Mit der verstärkten Kompetenzorientierung an Universitäten geht einher, dass AbsolventInnen die im jeweiligen Studium vorgesehenen Kenntnisse und Kompetenzen tatsächlich erworben haben sollten. Das liegt im Qualitätsinteresse der Universität sowie der Studierenden selbst.

Die Funktionen von Leistungsüberprüfungen unterscheiden sich je nach Lehr-/Lernkontext und Perspektive der beteiligten Personen (Lehrende bzw. Studierende). Leistungsüberprüfungen erfüllen einerseits die Funktion eines Leistungsnachweises im Sinn einer abschließenden Feststellung und Beurteilung von studentischem Wissen und Können. Andererseits haben Leistungsüberprüfungen eine lernfördernde und lernsteuernde Funktion1, abhängig von ihrer Form und der Differenziertheit der Rückmeldungen an die Studierenden.
Daher ist es zentral, die Art der zu überprüfenden Kenntnisse und Kompetenzen zu beachten und die Prüfungsanforderungen für die Studierenden transparent zu machen.

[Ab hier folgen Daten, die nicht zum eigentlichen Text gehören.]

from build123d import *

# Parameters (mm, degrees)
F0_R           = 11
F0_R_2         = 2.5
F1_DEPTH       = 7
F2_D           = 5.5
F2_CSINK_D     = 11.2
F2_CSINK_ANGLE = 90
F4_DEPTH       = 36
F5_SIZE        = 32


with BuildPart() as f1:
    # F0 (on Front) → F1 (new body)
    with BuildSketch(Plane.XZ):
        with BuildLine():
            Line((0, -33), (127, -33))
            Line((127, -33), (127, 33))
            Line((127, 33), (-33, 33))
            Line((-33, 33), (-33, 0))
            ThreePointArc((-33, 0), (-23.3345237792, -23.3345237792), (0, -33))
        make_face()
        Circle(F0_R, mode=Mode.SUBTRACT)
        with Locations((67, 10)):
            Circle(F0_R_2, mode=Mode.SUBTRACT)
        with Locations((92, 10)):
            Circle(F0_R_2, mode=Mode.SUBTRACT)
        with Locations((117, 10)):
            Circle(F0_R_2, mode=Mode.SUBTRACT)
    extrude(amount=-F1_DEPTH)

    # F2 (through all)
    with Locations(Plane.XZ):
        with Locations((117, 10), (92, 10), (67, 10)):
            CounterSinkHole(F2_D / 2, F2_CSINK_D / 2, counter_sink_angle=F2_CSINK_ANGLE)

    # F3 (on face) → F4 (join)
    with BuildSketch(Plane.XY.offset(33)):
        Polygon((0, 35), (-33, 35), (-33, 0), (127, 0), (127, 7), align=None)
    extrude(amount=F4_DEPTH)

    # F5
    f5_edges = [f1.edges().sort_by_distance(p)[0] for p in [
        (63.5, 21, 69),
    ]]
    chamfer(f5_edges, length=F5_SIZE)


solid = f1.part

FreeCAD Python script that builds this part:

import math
import FreeCAD as App
import Part
import Sketcher

V = App.Vector
Q = App.Units.Quantity


def edges_at(feature, points):
    """Names of the edges that pass closest to the given points."""
    edges = feature.Shape.Edges
    near = lambda p: min(range(len(edges)), key=lambda i: edges[i].distToShape(Part.Vertex(*p))[0])
    return sorted({f"Edge{near(p) + 1}" for p in points})


def add_polygon(sketch, points):
    """Adds a closed chain of lines whose ends are joined by coincident constraints."""
    first, n = sketch.GeometryCount, len(points)
    for a, b in zip(points, points[1:] + points[:1]):
        sketch.addGeometry(Part.LineSegment(App.Vector(*a, 0), App.Vector(*b, 0)), False)
    for i in range(n):
        sketch.addConstraint(Sketcher.Constraint("Coincident", first + i, 2, first + (i + 1) % n, 1))

doc = App.newDocument("Part")
params = doc.addObject("Spreadsheet::Sheet", "Params")
for row, (alias, value) in enumerate([
    ("sketch1_diameter", "22 mm"),
    ("sketch1_diameter2", "5 mm"),
    ("sketch1_radius", "33 mm"),
    ("sketch1_width", "127 mm"),
    ("sketch1_height", "66 mm"),
    ("pad1_length", "7 mm"),
    ("sketch2_diameter", "5.5 mm"),
    ("hole_diameter", "5.5 mm"),
    ("hole_csink_diameter", "11.2 mm"),
    ("sketch3_width", "33 mm"),
    ("sketch3_width2", "160 mm"),
    ("sketch3_height", "35 mm"),
    ("sketch3_height2", "7 mm"),
    ("pad2_length", "36 mm"),
    ("chamfer_size", "32 mm"),
], start=1):
    params.set(f"A{row}", alias)
    params.set(f"B{row}", "=" + value)
    params.setAlias(f"B{row}", alias)

body = doc.addObject("PartDesign::Body", "Body")

sketch1 = body.newObject("Sketcher::SketchObject", "Sketch")
sketch1.AttachmentSupport = (doc.getObject("XZ_Plane"), [""])
sketch1.MapMode = "FlatFace"
sketch1.addGeometry([
    Part.LineSegment(V(0, -33, 0), V(127, -33, 0)),
    Part.LineSegment(V(127, -33, 0), V(127, 33, 0)),
    Part.LineSegment(V(127, 33, 0), V(-33, 33, 0)),
    Part.LineSegment(V(-33, 33, 0), V(-33, 0, 0)),
    Part.ArcOfCircle(Part.Circle(V(0, 0, 0), V(0, 0, 1), 33), math.radians(180), math.radians(270)),
    Part.Circle(V(0, 0, 0), V(0, 0, 1), 11),
    Part.Circle(V(67, 10, 0), V(0, 0, 1), 2.5),
    Part.Circle(V(92, 10, 0), V(0, 0, 1), 2.5),
    Part.Circle(V(117, 10, 0), V(0, 0, 1), 2.5),
], False)
sketch1.addConstraint([
    Sketcher.Constraint("Coincident", 0, 2, 1, 1),
    Sketcher.Constraint("Coincident", 1, 2, 2, 1),
    Sketcher.Constraint("Coincident", 2, 2, 3, 1),
    Sketcher.Constraint("Tangent", 3, 2, 4, 1),
    Sketcher.Constraint("Tangent", 4, 2, 0, 1),
    Sketcher.Constraint("Horizontal", 0),
    Sketcher.Constraint("Vertical", 1),
    Sketcher.Constraint("Horizontal", 2),
    Sketcher.Constraint("Vertical", 3),
    Sketcher.Constraint("Coincident", 4, 3, -1, 1),
    Sketcher.Constraint("Coincident", 5, 3, -1, 1),
    Sketcher.Constraint("Equal", 6, 7),
    Sketcher.Constraint("Equal", 7, 8),
    Sketcher.Constraint("Horizontal", 6, 3, 7, 3),
    Sketcher.Constraint("Horizontal", 7, 3, 8, 3),
    Sketcher.Constraint("Diameter", 5, Q("22 mm")),
    Sketcher.Constraint("Diameter", 6, Q("5 mm")),
    Sketcher.Constraint("Radius", 4, Q("33 mm")),
    Sketcher.Constraint("DistanceX", 0, 1, 0, 2, Q("127 mm")),
    Sketcher.Constraint("DistanceY", 1, 1, 1, 2, Q("66 mm")),
    Sketcher.Constraint("DistanceX", -1, 1, 6, 3, Q("67 mm")),
    Sketcher.Constraint("DistanceY", -1, 1, 6, 3, Q("10 mm")),
    Sketcher.Constraint("DistanceX", -1, 1, 7, 3, Q("92 mm")),
    Sketcher.Constraint("DistanceX", -1, 1, 8, 3, Q("117 mm")),
])
sketch1.setExpression("Constraints[15]", "Params.sketch1_diameter")
sketch1.setExpression("Constraints[16]", "Params.sketch1_diameter2")
sketch1.setExpression("Constraints[17]", "Params.sketch1_radius")
sketch1.setExpression("Constraints[18]", "Params.sketch1_width")
sketch1.setExpression("Constraints[19]", "Params.sketch1_height")
pad1 = body.newObject("PartDesign::Pad", "Pad")
pad1.Profile = sketch1
pad1.setExpression("Length", "Params.pad1_length")
pad1.Reversed = True

sketch2 = body.newObject("Sketcher::SketchObject", "Sketch001")
sketch2.AttachmentSupport = (doc.getObject("XZ_Plane"), [""])
sketch2.MapMode = "FlatFace"
sketch2.addGeometry([
    Part.Circle(V(117, 10, 0), V(0, 0, 1), 2.8),
    Part.Circle(V(92, 10, 0), V(0, 0, 1), 2.8),
    Part.Circle(V(67, 10, 0), V(0, 0, 1), 2.8),
], False)
sketch2.addConstraint([
    Sketcher.Constraint("Equal", 0, 1),
    Sketcher.Constraint("Equal", 1, 2),
    Sketcher.Constraint("Horizontal", 0, 3, 1, 3),
    Sketcher.Constraint("Horizontal", 1, 3, 2, 3),
    Sketcher.Constraint("Diameter", 0, Q("5.5 mm")),
    Sketcher.Constraint("DistanceX", -1, 1, 0, 3, Q("117 mm")),
    Sketcher.Constraint("DistanceY", -1, 1, 0, 3, Q("10 mm")),
    Sketcher.Constraint("DistanceX", -1, 1, 1, 3, Q("92 mm")),
    Sketcher.Constraint("DistanceX", -1, 1, 2, 3, Q("67 mm")),
])
sketch2.setExpression("Constraints[4]", "Params.sketch2_diameter")
doc.recompute()
hole = body.newObject("PartDesign::Hole", "Hole")
hole.Profile = sketch2
hole.ThreadType = "None"
hole.setExpression("Diameter", "Params.hole_diameter")
hole.DepthType = "ThroughAll"
hole.HoleCutType = "Countersink"
hole.setExpression("HoleCutDiameter", "Params.hole_csink_diameter")
hole.HoleCutCountersinkAngle = 90

sketch3 = body.newObject("Sketcher::SketchObject", "Sketch002")
sketch3.AttachmentSupport = (doc.getObject("XY_Plane"), [""])
sketch3.MapMode = "FlatFace"
sketch3.AttachmentOffset = App.Placement(V(0, 0, 33), App.Rotation())
add_polygon(sketch3, [(0, 35), (-33, 35), (-33, 0), (127, 0), (127, 7)])
sketch3.addConstraint([
    Sketcher.Constraint("Horizontal", 0),
    Sketcher.Constraint("Vertical", 1),
    Sketcher.Constraint("Horizontal", 2),
    Sketcher.Constraint("Vertical", 3),
    Sketcher.Constraint("PointOnObject", 1, 2, -1),
    Sketcher.Constraint("PointOnObject", 4, 2, -2),
    Sketcher.Constraint("DistanceX", 0, 2, 0, 1, Q("33 mm")),
    Sketcher.Constraint("DistanceX", 2, 1, 2, 2, Q("160 mm")),
    Sketcher.Constraint("DistanceY", 1, 2, 1, 1, Q("35 mm")),
    Sketcher.Constraint("DistanceY", 3, 1, 3, 2, Q("7 mm")),
])
sketch3.setExpression("Constraints[11]", "Params.sketch3_width")
sketch3.setExpression("Constraints[12]", "Params.sketch3_width2")
sketch3.setExpression("Constraints[13]", "Params.sketch3_height")
sketch3.setExpression("Constraints[14]", "Params.sketch3_height2")
pad2 = body.newObject("PartDesign::Pad", "Pad001")
pad2.Profile = sketch3
pad2.setExpression("Length", "Params.pad2_length")
doc.recompute()

chamfer = body.newObject("PartDesign::Chamfer", "Chamfer")
chamfer.Base = (pad2, edges_at(pad2, [(63.5, 21, 69)]))
chamfer.setExpression("Size", "Params.chamfer_size")

doc.recompute()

Kompetenzorientierung (d.h. Prüfungen so anzulegen, dass ein Rückschluss auf zugrunde liegende Kompetenzen möglich ist) sowie eine qualitätsvolle und faire Leistungsüberprüfung können als Voraussetzungen einer studierendenzentrierten Lehre gesehen werden. Werden in einer Lehrveranstaltung komplexe Zusammenhänge auf einem hohen kognitiven Anspruchsniveau vermittelt, sollte in der Prüfung auch darauf Bezug genommen werden. Wenn beispielsweise am Ende einer Lehrveranstaltung vor allem deklaratives Wissen geprüft wird, wird von den Studierenden diesbezüglich auf die Prüfung gelernt, selbst dann, wenn in der Lehrveranstaltung anwendungs- und problemlösungsorientiert gelehrt wurde. Werden in einer Lehrveranstaltung vor allem Kenntnisse vermittelt, soll am Ende natürlich auch das entsprechende Wissen überprüft werden.

Zur Definition des Kompetenzbegriffes wird oft jene von Franz Weinert herangezogen. Weinert versteht unter Kompetenzen „die bei Individuen verfügbaren oder durch sie erlernbaren kognitiven Fähigkeiten und Fertigkeiten, um bestimmte Probleme zu lösen sowie die damit verbundenen motivationalen, volitionalen und sozialen Bereitschaften und Fähigkeiten, um die Problemlösungen in variablen Situationen erfolgreich und verantwortungsvoll nutzen zu können.“2

Im ECTS Leitfaden 20153 wird Kompetenz ähnlich, mit dem Hinweis auf den Nachweis und die Förderung der Kompetenzen, beschrieben:

Kompetenz bedeutet „die nachgewiesene Fähigkeit, Kenntnisse, Fertigkeiten sowie persönliche, soziale und/oder methodische Fähigkeiten in Arbeits- oder Lernsituationen und für die berufliche und persönliche Entwicklung zu nutzen. Im Europäischen Qualifikationsrahmen wird Kompetenz im Sinne der Übernahme von Verantwortung und Selbständigkeit beschrieben“ (…). Kompetenzen können generisch oder fachgebietsspezifisch sein. Die Förderung von Kompetenzen ist das Ziel eines Lernprozesses und eines Studiengangs.“4

Kompetenzen können als Potentiale in einer bestimmten Situation zu handeln betrachtet werden. Ob eine Verhaltensmöglichkeit tatsächlich zur Anwendung kommt, das kann damit nicht gesagt werden. Beobachten kann man nur die Handlung einer Person (die Performanz), die dahinter liegende Kompetenz selbst hingegen nicht. Der Handlung (Performanz) liegt die Kompetenz zugrunde, auf die man durch die gezeigte Handlung indirekt schließen kann.5 Kompetenzen können daher nur indirekt geprüft werden.

Walzik6 leitet aus der oben dargestellten Definition von Weinert7 drei Dimensionen von Kompetenzen ab: Wissen (Fähigkeiten), Werte/Einstellungen (Bereitschaften, verantwortungsvoll) und Fertigkeiten. Diese Dimensionen sollten in drei Kompetenzbereichen, den Sach-, Sozial- und Selbstkompetenzen, erbracht werden können. Zusätzlich werden Methodenkompetenzen übergreifend zu den drei Kompetenzbereichen genannt. Der Autor schlägt für die Überprüfung der Kompetenzdimension „Wissen“ schriftliche oder mündliche Prüfungen vor, für „Einstellungen“ eine schriftliche Prüfung für „moralisches Urteilen“ bzw. wenn sinnvoll möglich, eine praktische oder mündliche Überprüfung für „moralisches Handeln“. Für „Fertigkeiten“ ist eine praktische Prüfung vorgesehen. (siehe Tabelle 1).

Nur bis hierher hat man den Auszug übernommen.